This morning my blog, The Security Ledger, ran a story about research from the firm Duo Security that provided more evidence (if any was needed) that the fast-emerging market for IP-enabled “stuff’ has a serious reckoning with the security and privacy crowd.
Specifically: my article discusses research that Duo’s Security Evangelist, Mark Stanislav, presented at a security conference on Tuesday. For his talk, Mark described the findings of a detailed analysis of the IZON home surveillance camera- a sleek looking little product from a Utah based firm, Stem Innovations, that is sold in Apple Stores and at Best Buy. But, like so many cool, new “smart” products, IZON’s exterior polish masks some serious blemishes under the hood, Stanislav discovered.
Among the security issues he uncovered, Stanislav found that IZON devices deploy with an insecure port configuration by default, including exposed Telnet and HTTP ports and a hard-coded “root” (or superuser) account that would provide direct, remote access to the IZON’s (Linux) operating system.
Just as troubling: IZON cameras ship with a laughably guessable default user name and password. Plugging those into the camera’s login screen grants access to a Web-based management console for the device. That means in cases where the IZON camera isn’t hidden behind a firewall or router, anyone with an Internet connection and knowledge of the device’s Internet address could log in and take control of the camera: viewing and recording video of the camera’s surroundings and even sounding alarms that could be heard in the vicinity of the camera.
This is no theoretical problem, either. Stanislav used the hardware-focused search engine Shodan to find 65 such devices online in July spread across a dozen countries including the U.S., Mexico, Germany and China.
This would all be shocking if it weren’t business-as-usual in the fastest evolving part of the technology market: the so-called “Internet of Things,” in which cheap, remote sensors combine with Internet enabled hardware and cloud based management infrastructure to “smarten” all manner of formerly “dumb” stuff: household thermostats, coffee makers, lawn sprinklers, and – of course – cameras.
The FTC just last month reached a settlement with TRENDnet, the maker of Securview cameras, which are very similar in function (if not design) to the IZON. Many of the complaints alleged by the FTC (and later acknowledged by TRENDnet in a settlement) could apply just as well to the IZON.
What’s going on? It’s pretty clear, at this point that consumer device makers are more focused on getting product to market than on pesky issues like hardware and software security.
In an email exchange regarding Stanislav’s research, for example, Stem Innovation’s CTO, Matt MacBeth apologized for the delay in responding to my inquiries about the serious allegations raised about the IZON. In an e-mail, MacBeth explained that his company was super busy getting ready for the Christmas season.

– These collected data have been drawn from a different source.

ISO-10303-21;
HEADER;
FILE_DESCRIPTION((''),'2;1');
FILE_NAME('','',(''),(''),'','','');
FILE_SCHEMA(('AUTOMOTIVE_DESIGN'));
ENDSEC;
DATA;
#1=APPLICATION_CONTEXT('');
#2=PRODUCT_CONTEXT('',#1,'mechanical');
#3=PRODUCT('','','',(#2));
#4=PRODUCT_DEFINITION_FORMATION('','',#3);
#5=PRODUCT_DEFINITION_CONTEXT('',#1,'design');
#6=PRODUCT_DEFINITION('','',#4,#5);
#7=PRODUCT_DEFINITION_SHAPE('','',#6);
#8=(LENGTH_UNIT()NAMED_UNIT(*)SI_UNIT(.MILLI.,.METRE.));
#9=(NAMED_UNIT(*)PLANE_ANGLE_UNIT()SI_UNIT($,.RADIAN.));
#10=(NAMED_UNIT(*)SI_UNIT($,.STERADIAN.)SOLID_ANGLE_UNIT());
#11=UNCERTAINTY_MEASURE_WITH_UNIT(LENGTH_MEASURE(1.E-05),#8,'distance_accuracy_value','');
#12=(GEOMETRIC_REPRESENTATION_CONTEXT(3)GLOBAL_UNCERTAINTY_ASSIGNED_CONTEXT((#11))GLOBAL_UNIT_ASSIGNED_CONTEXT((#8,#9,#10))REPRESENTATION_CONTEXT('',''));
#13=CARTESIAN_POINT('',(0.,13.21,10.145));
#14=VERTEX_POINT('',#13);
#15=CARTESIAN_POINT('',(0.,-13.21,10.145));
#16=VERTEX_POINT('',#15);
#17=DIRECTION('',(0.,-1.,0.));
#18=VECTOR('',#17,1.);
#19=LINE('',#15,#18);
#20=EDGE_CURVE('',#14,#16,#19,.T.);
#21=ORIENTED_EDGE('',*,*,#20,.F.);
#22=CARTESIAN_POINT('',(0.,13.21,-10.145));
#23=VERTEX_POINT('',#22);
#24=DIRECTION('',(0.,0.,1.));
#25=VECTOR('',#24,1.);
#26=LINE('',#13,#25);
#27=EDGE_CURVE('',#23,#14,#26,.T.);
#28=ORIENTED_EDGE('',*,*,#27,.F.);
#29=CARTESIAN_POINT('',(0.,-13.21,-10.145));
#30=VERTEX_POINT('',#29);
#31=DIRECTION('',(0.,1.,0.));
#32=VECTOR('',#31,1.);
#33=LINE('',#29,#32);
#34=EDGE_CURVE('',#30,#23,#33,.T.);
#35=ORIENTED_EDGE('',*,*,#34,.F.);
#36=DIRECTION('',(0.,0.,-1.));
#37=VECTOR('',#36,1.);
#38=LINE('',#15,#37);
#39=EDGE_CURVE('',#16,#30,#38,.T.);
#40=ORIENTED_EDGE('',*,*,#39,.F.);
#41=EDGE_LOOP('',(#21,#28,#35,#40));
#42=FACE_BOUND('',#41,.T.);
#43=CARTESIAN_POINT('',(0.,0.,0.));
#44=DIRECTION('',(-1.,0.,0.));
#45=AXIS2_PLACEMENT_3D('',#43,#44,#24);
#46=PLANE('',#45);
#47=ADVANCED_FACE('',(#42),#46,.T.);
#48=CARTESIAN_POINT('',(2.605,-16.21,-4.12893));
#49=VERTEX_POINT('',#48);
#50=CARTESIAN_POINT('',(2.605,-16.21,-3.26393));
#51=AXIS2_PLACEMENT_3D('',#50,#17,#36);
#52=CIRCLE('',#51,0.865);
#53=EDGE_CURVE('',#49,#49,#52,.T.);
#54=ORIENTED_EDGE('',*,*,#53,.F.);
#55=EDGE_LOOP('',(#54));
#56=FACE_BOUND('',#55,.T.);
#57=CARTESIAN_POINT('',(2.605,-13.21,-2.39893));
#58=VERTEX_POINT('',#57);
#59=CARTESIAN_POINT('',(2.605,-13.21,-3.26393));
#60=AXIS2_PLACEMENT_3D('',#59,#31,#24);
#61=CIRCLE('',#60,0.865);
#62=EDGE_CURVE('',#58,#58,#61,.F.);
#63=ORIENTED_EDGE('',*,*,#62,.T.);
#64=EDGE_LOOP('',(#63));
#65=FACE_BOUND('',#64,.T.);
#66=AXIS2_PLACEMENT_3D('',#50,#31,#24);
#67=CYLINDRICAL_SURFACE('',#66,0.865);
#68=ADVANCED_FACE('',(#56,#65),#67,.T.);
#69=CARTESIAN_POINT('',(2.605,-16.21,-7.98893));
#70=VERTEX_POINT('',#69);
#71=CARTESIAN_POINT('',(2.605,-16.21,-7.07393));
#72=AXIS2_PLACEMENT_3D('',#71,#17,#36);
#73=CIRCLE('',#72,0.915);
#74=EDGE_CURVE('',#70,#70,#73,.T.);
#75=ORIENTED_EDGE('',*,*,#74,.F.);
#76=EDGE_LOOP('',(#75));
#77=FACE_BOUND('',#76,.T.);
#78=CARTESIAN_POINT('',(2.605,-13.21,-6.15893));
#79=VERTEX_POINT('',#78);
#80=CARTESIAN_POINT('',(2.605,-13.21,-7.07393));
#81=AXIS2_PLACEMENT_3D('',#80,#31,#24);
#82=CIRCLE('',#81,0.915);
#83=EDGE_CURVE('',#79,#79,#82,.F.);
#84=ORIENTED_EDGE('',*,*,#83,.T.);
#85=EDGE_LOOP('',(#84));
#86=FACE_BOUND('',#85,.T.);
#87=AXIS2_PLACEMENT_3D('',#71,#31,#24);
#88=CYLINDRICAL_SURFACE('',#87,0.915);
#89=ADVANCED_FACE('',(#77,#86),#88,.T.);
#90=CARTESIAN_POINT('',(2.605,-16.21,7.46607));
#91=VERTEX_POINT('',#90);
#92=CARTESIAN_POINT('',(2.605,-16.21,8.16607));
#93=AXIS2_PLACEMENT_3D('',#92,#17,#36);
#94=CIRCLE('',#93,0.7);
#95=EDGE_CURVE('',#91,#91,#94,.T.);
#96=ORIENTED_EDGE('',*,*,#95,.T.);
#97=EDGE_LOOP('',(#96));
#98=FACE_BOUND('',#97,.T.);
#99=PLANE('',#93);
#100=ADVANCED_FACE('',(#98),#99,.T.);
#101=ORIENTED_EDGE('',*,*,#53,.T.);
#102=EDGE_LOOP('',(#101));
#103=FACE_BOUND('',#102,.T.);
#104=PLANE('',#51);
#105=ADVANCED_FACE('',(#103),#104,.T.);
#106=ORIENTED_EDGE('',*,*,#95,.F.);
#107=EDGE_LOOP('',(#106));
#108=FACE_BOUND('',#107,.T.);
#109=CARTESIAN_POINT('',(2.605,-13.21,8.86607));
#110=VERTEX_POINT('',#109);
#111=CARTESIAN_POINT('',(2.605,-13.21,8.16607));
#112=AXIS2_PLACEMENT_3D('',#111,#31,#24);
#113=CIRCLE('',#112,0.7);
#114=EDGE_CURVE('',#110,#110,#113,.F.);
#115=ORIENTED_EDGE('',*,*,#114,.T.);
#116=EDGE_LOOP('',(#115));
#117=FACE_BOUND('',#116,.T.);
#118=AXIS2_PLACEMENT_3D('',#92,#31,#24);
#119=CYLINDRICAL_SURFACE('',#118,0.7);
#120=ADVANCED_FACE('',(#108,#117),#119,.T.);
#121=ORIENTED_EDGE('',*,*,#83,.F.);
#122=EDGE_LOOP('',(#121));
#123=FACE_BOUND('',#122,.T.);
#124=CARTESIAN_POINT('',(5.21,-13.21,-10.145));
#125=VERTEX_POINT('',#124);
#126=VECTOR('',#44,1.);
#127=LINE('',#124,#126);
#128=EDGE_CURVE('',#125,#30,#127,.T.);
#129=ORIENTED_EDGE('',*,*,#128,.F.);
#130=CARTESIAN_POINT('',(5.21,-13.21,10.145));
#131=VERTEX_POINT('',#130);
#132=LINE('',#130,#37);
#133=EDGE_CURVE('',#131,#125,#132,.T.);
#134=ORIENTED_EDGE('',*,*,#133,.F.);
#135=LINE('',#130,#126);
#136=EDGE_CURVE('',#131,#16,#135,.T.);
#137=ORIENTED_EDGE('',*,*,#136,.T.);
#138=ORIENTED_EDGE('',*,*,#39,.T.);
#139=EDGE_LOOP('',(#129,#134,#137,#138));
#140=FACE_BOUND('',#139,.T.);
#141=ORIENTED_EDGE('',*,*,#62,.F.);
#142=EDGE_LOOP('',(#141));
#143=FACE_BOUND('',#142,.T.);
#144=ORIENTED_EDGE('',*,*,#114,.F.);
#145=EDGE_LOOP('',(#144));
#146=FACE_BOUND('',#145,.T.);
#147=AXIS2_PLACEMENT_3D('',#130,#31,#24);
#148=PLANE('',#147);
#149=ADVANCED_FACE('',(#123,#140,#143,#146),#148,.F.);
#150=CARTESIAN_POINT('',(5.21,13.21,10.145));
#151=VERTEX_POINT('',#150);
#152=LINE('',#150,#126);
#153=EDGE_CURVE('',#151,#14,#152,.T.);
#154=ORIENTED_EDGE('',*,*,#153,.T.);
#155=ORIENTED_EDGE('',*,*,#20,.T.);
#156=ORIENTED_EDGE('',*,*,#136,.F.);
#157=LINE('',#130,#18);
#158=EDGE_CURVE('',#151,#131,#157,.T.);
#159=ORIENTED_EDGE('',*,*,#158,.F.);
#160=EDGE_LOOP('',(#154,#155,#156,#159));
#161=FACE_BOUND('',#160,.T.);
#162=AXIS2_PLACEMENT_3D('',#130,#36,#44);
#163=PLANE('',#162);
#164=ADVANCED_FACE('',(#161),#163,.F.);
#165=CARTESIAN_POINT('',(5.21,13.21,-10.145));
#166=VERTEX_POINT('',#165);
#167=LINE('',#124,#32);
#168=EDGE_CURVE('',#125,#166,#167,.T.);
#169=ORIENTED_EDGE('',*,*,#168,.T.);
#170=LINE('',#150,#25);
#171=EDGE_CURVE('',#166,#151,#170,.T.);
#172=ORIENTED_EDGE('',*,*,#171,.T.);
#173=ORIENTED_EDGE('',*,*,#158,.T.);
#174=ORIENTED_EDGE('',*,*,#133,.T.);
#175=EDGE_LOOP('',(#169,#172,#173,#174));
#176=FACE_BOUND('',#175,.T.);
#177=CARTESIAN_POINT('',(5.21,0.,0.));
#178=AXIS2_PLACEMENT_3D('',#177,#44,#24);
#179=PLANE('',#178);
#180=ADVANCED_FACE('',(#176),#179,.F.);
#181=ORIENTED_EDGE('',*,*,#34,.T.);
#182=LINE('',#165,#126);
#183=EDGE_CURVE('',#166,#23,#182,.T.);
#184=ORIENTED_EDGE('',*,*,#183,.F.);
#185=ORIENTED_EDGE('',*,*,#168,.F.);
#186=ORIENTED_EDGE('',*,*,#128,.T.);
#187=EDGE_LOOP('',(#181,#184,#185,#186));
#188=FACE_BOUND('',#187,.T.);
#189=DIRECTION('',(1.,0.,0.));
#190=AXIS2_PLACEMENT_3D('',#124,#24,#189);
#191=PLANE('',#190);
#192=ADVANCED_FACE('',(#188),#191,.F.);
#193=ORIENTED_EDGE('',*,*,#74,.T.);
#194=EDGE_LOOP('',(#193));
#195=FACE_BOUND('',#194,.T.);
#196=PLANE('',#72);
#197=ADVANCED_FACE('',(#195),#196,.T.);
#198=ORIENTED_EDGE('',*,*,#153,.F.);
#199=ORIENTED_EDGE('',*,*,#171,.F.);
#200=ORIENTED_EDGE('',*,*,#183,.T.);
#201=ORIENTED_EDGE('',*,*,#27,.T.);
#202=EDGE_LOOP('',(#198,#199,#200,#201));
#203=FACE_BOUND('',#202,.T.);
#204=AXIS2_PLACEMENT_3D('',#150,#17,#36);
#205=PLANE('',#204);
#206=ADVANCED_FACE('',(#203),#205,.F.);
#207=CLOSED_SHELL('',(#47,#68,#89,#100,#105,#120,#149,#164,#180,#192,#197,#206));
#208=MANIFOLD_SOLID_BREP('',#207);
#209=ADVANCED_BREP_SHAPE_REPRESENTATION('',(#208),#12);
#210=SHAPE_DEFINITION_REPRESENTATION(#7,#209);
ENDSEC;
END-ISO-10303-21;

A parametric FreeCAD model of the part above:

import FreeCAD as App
import Part
import Sketcher


def add_polygon(sketch, points):
    """Adds a closed chain of lines whose ends are joined by coincident constraints."""
    first, n = sketch.GeometryCount, len(points)
    for a, b in zip(points, points[1:] + points[:1]):
        sketch.addGeometry(Part.LineSegment(App.Vector(*a, 0), App.Vector(*b, 0)), False)
    for i in range(n):
        sketch.addConstraint(Sketcher.Constraint("Coincident", first + i, 2, first + (i + 1) % n, 1))

doc = App.newDocument("Part")
params = doc.addObject("Spreadsheet::Sheet", "Params")
for row, (alias, value) in enumerate([
    ("sketch1_width", "26.42 mm"),
    ("sketch1_height", "20.29 mm"),
    ("pad1_length", "5.21 mm"),
    ("sketch2_diameter", "1.4 mm"),
    ("sketch2_diameter2", "1.83 mm"),
    ("sketch2_diameter3", "1.73 mm"),
    ("pad2_length", "3 mm"),
], start=1):
    params.set(f"A{row}", alias)
    params.set(f"B{row}", "=" + value)
    params.setAlias(f"B{row}", alias)

body = doc.addObject("PartDesign::Body", "Body")

sketch1 = body.newObject("Sketcher::SketchObject", "Sketch")
sketch1.AttachmentSupport = (doc.getObject("YZ_Plane"), [""])
sketch1.MapMode = "FlatFace"
add_polygon(sketch1, [(13.21, 10.145), (-13.21, 10.145), (-13.21, -10.145), (13.21, -10.145)])
sketch1.addConstraint([
    Sketcher.Constraint("Horizontal", 0),
    Sketcher.Constraint("Vertical", 1),
    Sketcher.Constraint("Horizontal", 2),
    Sketcher.Constraint("Vertical", 3),
    Sketcher.Constraint("Symmetric", 0, 2, 2, 2, -1, 1),
    Sketcher.Constraint("DistanceX", 0, 2, 0, 1, 26.42),
    Sketcher.Constraint("DistanceY", 1, 2, 1, 1, 20.29),
])
sketch1.setExpression("Constraints[9]", "Params.sketch1_width")
sketch1.setExpression("Constraints[10]", "Params.sketch1_height")
pad1 = body.newObject("PartDesign::Pad", "Pad")
pad1.Profile = sketch1
pad1.setExpression("Length", "Params.pad1_length")

sketch2 = body.newObject("Sketcher::SketchObject", "Sketch001")
sketch2.AttachmentSupport = (doc.getObject("XZ_Plane"), [""])
sketch2.MapMode = "FlatFace"
sketch2.AttachmentOffset = App.Placement(App.Vector(0, 0, 13.21), App.Rotation())
sketch2.addGeometry([
    Part.Circle(App.Vector(2.605, -7.07393, 0), App.Vector(0, 0, 1), 0.915),
    Part.Circle(App.Vector(2.605, -3.26393, 0), App.Vector(0, 0, 1), 0.865),
    Part.Circle(App.Vector(2.605, 8.16607, 0), App.Vector(0, 0, 1), 0.7),
], False)
sketch2.addConstraint([
    Sketcher.Constraint("Vertical", 0, 3, 1, 3),
    Sketcher.Constraint("Vertical", 1, 3, 2, 3),
    Sketcher.Constraint("Diameter", 2, 1.4),
    Sketcher.Constraint("Diameter", 0, 1.83),
    Sketcher.Constraint("Diameter", 1, 1.73),
    Sketcher.Constraint("DistanceY", 0, 3, 1, 3, 3.81),
    Sketcher.Constraint("DistanceY", 1, 3, 2, 3, 11.43),
    Sketcher.Constraint("DistanceX", -1, 1, 0, 3, 2.605),
    Sketcher.Constraint("DistanceY", 0, 3, -1, 1, 7.07393),
])
sketch2.setExpression("Constraints[2]", "Params.sketch2_diameter")
sketch2.setExpression("Constraints[3]", "Params.sketch2_diameter2")
sketch2.setExpression("Constraints[4]", "Params.sketch2_diameter3")
pad2 = body.newObject("PartDesign::Pad", "Pad001")
pad2.Profile = sketch2
pad2.setExpression("Length", "Params.pad2_length")

doc.recompute()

“In addition to 24/7 work on the app/servers/firmware of the current products, we are also in the process of working on new products and services,” read one, breathless e-mail. “While the programmers were grinding away the past few weeks, some of the rest of us were at our factory partners making sure production will be ready for this holiday season and looking into new technologies for integration into future products.” Stem, MacBeth explained was “busy knocking stuff out.”
And that may be the problem. In the rush to get products to market – shiny and powerful products, to be sure – vendors like Stem, TRENDnet and countless others are leaving behind more than two decades of knowledge and experience about how to design and deploy secure Internet devices. Nobody in his or her right mind would hang a linux server out on the Internet with an open Telnet port. Why do it with a linux-based surveillance camera?
The reasons here aren’t totally clear, I’ll admit. It may be, as I said, that Stem and other firms like it are putting profits before privacy. It could be that young, upstart firms populated by youthful programmers and executives simply lack the knowledge and experience necessary to design security into their products. As I noted in an earlier blog post about problems with Philips smart “HUE” light bulbs, it may be that consumer product companies have a difficult time ‘envisioning an enemy.’ “Why,” the thinking goes, “would anyone be interested in hacking our stuff?!”
Whatever the case, the victims in this case are easy to spot: they’re the unwitting consumers who have purchased and deployed technology that then betrays them. Stanislav’s research uncovered scores of IZON cameras that are attached directly to the Internet. The information he uncovered makes it possible to log into these devices and look through the camera into homes and businesses, as their occupants go about their daily business, unaware that they are being watched.
The FTC’s case against TRENDnet was meant as a warning to firms with products like the Securview and IZON cameras – but not explicit to them. The message: “Uncle Sam is watching,” especially when the privacy and physical safety of consumers is in question. Alas, with the promise of riches as consumers warm to “smart home” products, that is a message that is falling on deaf ears.
The last resort, then, will probably be public pressure from customers and, to a lesser extent, the media. As was the case with Microsoft, Adobe and other firms: lax security and other forms of “bad behavior” need to be exposed and their root causes (ignorance, technical failing or carelessness) identified. Then market pressure needs to be applied to manufacturers to make sure that security is a top priority, not an afterthought.